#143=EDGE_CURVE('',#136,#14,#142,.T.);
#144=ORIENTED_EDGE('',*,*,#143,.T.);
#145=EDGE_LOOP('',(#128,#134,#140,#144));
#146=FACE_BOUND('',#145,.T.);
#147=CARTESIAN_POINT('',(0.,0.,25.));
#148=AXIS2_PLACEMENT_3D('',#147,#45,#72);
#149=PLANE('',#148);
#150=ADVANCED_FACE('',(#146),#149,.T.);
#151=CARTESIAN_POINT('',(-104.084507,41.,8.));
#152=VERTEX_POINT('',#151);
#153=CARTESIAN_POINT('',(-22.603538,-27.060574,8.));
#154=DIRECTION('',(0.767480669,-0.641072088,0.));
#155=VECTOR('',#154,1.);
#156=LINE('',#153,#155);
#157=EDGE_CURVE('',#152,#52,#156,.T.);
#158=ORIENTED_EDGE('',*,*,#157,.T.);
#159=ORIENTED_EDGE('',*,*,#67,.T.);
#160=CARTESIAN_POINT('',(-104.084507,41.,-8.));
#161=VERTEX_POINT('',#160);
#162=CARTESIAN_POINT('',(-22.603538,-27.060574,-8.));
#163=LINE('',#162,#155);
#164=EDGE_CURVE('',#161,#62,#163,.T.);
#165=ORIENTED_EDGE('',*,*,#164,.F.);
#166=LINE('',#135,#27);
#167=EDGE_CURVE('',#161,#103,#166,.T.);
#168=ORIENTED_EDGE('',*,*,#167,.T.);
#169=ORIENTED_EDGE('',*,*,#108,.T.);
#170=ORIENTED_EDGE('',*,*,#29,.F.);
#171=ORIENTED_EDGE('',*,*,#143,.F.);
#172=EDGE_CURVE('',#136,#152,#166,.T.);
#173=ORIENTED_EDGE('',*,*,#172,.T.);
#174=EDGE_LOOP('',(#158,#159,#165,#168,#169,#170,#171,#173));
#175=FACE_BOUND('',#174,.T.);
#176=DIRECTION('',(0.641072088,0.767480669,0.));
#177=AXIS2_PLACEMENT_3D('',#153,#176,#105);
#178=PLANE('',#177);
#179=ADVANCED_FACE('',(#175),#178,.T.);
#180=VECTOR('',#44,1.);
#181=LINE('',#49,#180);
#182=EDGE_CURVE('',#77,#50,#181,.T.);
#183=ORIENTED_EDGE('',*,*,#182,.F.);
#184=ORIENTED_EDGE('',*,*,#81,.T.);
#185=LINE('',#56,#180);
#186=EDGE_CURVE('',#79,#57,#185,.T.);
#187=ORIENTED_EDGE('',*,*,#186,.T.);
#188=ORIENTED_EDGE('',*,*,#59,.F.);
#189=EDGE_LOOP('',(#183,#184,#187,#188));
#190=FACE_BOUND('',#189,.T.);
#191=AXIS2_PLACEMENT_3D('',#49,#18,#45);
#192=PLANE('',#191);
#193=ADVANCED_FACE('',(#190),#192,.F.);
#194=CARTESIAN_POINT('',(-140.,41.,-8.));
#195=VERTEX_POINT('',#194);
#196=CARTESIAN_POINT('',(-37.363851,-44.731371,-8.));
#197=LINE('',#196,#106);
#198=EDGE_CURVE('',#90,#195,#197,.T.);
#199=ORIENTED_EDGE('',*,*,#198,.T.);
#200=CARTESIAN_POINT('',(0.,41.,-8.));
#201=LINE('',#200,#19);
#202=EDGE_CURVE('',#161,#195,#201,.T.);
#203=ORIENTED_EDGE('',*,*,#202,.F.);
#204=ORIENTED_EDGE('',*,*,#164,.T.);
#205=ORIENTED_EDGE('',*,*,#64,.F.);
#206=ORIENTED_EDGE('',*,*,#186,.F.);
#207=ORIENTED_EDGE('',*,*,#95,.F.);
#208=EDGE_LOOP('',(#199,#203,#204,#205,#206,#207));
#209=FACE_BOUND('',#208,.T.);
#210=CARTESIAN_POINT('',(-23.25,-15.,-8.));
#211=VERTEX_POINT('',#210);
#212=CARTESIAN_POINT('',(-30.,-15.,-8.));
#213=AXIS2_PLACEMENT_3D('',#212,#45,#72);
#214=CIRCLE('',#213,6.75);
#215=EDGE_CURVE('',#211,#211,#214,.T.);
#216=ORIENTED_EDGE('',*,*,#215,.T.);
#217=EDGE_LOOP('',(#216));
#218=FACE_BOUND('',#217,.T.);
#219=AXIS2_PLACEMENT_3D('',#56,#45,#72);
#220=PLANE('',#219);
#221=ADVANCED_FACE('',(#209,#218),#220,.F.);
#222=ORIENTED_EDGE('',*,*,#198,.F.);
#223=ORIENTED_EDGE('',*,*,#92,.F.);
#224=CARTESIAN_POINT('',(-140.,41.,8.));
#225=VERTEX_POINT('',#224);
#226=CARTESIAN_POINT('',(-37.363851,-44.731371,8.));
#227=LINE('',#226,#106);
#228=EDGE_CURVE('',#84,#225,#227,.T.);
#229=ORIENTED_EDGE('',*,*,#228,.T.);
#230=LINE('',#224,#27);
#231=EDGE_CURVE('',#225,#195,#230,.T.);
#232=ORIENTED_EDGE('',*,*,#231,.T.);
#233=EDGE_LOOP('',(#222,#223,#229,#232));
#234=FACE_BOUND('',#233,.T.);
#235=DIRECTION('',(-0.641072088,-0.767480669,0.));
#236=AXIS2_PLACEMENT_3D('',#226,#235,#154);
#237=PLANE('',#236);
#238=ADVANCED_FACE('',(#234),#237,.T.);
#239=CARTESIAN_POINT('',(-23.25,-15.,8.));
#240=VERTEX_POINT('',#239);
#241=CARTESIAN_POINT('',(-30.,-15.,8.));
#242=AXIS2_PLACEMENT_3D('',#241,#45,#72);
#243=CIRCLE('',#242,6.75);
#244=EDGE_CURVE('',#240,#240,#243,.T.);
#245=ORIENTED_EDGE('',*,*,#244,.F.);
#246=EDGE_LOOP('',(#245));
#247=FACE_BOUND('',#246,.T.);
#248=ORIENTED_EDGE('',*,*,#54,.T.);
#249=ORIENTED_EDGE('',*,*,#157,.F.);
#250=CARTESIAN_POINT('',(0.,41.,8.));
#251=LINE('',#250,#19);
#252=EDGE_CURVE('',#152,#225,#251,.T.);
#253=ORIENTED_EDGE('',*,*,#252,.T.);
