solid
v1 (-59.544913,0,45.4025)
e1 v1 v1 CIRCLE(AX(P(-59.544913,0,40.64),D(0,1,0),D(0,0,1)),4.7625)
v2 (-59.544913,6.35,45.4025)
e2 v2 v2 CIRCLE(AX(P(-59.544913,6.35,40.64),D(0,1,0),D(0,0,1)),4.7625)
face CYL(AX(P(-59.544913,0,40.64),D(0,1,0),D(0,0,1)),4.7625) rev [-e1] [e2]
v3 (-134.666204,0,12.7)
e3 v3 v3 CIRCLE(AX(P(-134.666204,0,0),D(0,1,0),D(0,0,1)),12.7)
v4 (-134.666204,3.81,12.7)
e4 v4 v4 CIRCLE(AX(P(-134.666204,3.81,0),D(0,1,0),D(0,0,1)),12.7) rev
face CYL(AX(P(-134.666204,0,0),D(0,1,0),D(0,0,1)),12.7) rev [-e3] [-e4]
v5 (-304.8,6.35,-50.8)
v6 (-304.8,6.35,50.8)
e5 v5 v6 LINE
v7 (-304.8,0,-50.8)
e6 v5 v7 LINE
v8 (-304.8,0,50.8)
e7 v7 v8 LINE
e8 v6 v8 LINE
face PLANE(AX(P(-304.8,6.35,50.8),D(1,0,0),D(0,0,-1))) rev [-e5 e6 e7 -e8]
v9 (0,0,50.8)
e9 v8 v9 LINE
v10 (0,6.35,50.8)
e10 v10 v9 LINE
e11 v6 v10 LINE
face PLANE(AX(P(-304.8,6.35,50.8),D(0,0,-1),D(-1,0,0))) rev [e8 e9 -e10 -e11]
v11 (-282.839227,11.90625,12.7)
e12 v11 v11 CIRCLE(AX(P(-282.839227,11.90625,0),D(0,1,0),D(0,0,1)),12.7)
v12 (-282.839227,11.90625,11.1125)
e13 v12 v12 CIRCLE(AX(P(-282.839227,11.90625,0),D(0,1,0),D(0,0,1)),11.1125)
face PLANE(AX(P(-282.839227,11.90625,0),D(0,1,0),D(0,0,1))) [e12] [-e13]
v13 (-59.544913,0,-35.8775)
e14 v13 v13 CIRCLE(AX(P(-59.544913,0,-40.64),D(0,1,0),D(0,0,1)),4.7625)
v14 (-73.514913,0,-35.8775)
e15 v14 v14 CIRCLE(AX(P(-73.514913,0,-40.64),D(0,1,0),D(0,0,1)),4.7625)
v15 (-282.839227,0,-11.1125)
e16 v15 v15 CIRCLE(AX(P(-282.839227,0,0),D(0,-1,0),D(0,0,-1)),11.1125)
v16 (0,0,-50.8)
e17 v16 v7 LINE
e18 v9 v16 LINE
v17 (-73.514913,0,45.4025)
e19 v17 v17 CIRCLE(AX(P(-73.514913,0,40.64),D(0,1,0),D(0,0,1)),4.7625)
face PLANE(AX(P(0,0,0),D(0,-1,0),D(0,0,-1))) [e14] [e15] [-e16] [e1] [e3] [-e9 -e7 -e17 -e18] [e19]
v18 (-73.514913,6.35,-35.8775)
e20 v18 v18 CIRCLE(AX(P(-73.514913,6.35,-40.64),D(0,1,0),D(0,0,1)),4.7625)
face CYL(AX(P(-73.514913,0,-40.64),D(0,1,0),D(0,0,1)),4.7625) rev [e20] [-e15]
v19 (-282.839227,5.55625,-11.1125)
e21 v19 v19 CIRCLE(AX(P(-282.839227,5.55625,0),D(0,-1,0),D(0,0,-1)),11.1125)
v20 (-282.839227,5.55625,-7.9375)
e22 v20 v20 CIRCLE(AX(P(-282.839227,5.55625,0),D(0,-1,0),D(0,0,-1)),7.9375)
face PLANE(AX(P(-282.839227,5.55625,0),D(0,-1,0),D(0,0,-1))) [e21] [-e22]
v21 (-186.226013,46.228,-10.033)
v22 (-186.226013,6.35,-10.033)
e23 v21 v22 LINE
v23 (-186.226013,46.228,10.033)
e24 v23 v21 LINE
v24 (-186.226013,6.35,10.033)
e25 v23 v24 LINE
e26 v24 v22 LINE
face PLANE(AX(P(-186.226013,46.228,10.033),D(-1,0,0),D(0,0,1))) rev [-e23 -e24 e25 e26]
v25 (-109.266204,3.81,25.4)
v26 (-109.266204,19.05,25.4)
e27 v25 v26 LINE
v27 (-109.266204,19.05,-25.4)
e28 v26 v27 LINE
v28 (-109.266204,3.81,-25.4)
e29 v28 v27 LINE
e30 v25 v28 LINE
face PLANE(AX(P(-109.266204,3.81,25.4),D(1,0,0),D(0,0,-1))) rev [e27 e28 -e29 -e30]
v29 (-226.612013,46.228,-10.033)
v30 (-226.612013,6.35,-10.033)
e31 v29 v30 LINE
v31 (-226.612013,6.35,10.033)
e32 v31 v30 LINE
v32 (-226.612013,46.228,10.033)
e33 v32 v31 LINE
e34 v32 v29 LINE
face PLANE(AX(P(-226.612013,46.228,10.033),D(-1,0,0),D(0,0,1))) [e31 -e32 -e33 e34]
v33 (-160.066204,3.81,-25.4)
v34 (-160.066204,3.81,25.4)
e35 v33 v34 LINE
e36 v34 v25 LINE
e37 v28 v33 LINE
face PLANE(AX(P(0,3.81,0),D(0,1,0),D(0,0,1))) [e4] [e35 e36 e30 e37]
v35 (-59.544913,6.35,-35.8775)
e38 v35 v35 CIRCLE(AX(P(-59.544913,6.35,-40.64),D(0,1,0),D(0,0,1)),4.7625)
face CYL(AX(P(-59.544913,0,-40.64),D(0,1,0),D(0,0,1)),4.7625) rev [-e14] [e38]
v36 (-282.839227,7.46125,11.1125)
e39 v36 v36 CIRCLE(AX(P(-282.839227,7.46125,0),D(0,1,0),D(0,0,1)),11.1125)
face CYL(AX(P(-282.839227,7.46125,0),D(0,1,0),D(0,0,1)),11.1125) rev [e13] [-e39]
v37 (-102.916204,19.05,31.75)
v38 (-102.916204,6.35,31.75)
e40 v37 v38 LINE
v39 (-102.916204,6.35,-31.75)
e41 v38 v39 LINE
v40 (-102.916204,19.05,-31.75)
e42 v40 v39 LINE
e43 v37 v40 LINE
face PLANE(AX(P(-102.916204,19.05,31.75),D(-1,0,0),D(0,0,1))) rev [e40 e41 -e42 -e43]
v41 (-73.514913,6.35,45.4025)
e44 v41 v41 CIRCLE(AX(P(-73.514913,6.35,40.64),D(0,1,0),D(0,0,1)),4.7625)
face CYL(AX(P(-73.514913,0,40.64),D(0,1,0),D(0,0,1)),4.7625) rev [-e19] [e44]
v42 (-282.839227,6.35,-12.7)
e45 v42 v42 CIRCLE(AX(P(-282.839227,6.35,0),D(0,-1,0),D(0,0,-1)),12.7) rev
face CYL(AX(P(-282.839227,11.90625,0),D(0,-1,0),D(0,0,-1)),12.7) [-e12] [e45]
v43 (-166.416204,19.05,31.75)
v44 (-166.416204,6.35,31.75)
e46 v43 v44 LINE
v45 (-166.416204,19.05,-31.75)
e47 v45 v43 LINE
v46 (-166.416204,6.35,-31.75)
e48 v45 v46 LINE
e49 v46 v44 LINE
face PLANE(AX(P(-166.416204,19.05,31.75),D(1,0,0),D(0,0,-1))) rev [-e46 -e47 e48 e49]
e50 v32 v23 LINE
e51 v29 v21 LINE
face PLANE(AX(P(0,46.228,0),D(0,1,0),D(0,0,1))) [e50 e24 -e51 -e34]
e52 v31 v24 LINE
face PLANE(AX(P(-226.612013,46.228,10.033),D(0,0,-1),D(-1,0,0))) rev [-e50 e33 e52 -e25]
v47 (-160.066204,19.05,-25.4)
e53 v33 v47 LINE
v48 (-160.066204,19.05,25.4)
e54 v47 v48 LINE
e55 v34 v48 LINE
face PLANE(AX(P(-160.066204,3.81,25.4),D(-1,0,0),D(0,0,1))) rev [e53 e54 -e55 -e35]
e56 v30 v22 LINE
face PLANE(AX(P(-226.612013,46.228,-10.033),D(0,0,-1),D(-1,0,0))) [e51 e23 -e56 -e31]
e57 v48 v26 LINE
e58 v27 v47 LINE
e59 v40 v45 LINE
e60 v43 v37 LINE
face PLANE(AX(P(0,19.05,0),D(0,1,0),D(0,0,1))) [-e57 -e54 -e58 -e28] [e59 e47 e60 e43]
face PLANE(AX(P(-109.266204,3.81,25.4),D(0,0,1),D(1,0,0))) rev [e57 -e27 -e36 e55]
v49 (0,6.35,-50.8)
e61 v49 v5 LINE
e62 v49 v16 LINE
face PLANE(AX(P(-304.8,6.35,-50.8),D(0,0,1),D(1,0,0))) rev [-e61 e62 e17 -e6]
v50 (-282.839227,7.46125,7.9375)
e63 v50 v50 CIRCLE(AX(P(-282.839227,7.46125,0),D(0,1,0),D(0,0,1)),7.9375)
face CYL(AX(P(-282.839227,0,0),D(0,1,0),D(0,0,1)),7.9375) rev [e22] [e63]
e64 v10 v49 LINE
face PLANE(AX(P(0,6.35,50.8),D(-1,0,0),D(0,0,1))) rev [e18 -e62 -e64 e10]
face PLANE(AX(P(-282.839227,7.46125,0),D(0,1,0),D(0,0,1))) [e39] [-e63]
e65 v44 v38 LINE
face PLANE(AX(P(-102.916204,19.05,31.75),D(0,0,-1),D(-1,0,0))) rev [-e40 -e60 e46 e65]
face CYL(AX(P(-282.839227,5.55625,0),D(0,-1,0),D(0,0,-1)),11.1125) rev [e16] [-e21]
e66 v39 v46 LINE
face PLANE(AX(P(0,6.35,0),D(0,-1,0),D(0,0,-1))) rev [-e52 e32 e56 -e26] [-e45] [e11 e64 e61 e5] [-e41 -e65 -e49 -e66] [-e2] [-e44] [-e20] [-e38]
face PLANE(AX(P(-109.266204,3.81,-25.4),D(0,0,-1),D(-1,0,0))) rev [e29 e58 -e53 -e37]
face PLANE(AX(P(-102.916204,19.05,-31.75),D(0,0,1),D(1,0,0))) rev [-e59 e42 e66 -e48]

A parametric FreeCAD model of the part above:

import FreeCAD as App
import Part
import Sketcher

V = App.Vector
Q = App.Units.Quantity

doc = App.newDocument("Part")
body = doc.addObject("PartDesign::Body", "Body")

# Sketch on XZ plane
sketch1 = body.newObject("Sketcher::SketchObject", "Sketch")
sketch1.AttachmentSupport = (doc.getObject("XZ_Plane"), [""])
sketch1.MapMode = "FlatFace"
sketch1.addGeometry([
    Part.LineSegment(V(-304.8, -50.8, 0), V(-304.8, 50.8, 0)),
    Part.LineSegment(V(-304.8, 50.8, 0), V(0, 50.8, 0)),
    Part.LineSegment(V(0, 50.8, 0), V(0, -50.8, 0)),
    Part.LineSegment(V(0, -50.8, 0), V(-304.8, -50.8, 0)),
], False)
sketch1.addConstraint([
    Sketcher.Constraint("Coincident", 0, 2, 1, 1),
    Sketcher.Constraint("Coincident", 1, 2, 2, 1),
    Sketcher.Constraint("Coincident", 2, 2, 3, 1),
    Sketcher.Constraint("Coincident", 3, 2, 0, 1),
    Sketcher.Constraint("Vertical", 0),
    Sketcher.Constraint("Horizontal", 1),
    Sketcher.Constraint("Vertical", 2),
    Sketcher.Constraint("Horizontal", 3),
    Sketcher.Constraint("Symmetric", 1, 2, 2, 2, -1, 1),
    Sketcher.Constraint("DistanceX", 1, 1, 1, 2, Q("12 in")),
    Sketcher.Constraint("DistanceY", 0, 1, 0, 2, Q("4 in")),
])
pad1 = body.newObject("PartDesign::Pad", "Pad")
pad1.Profile = sketch1
pad1.Length = Q("0.25 in")
pad1.Reversed = True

|---|

▶ WORK TO COMPLETE
Please repeat word for word the lines above that run from the beginning through the line containing "#164=EDGE_CURVE('',#161,#62,#163,.T.);", keeping both the first and that last line.

▶ ANSWER
#143=EDGE_CURVE('',#136,#14,#142,.T.);
#144=ORIENTED_EDGE('',*,*,#143,.T.);
#145=EDGE_LOOP('',(#128,#134,#140,#144));
#146=FACE_BOUND('',#145,.T.);
#147=CARTESIAN_POINT('',(0.,0.,25.));
#148=AXIS2_PLACEMENT_3D('',#147,#45,#72);
#149=PLANE('',#148);
#150=ADVANCED_FACE('',(#146),#149,.T.);
#151=CARTESIAN_POINT('',(-104.084507,41.,8.));
#152=VERTEX_POINT('',#151);
#153=CARTESIAN_POINT('',(-22.603538,-27.060574,8.));
#154=DIRECTION('',(0.767480669,-0.641072088,0.));
#155=VECTOR('',#154,1.);
#156=LINE('',#153,#155);
#157=EDGE_CURVE('',#152,#52,#156,.T.);
#158=ORIENTED_EDGE('',*,*,#157,.T.);
#159=ORIENTED_EDGE('',*,*,#67,.T.);
#160=CARTESIAN_POINT('',(-104.084507,41.,-8.));
#161=VERTEX_POINT('',#160);
#162=CARTESIAN_POINT('',(-22.603538,-27.060574,-8.));
#163=LINE('',#162,#155);
#164=EDGE_CURVE('',#161,#62,#163,.T.);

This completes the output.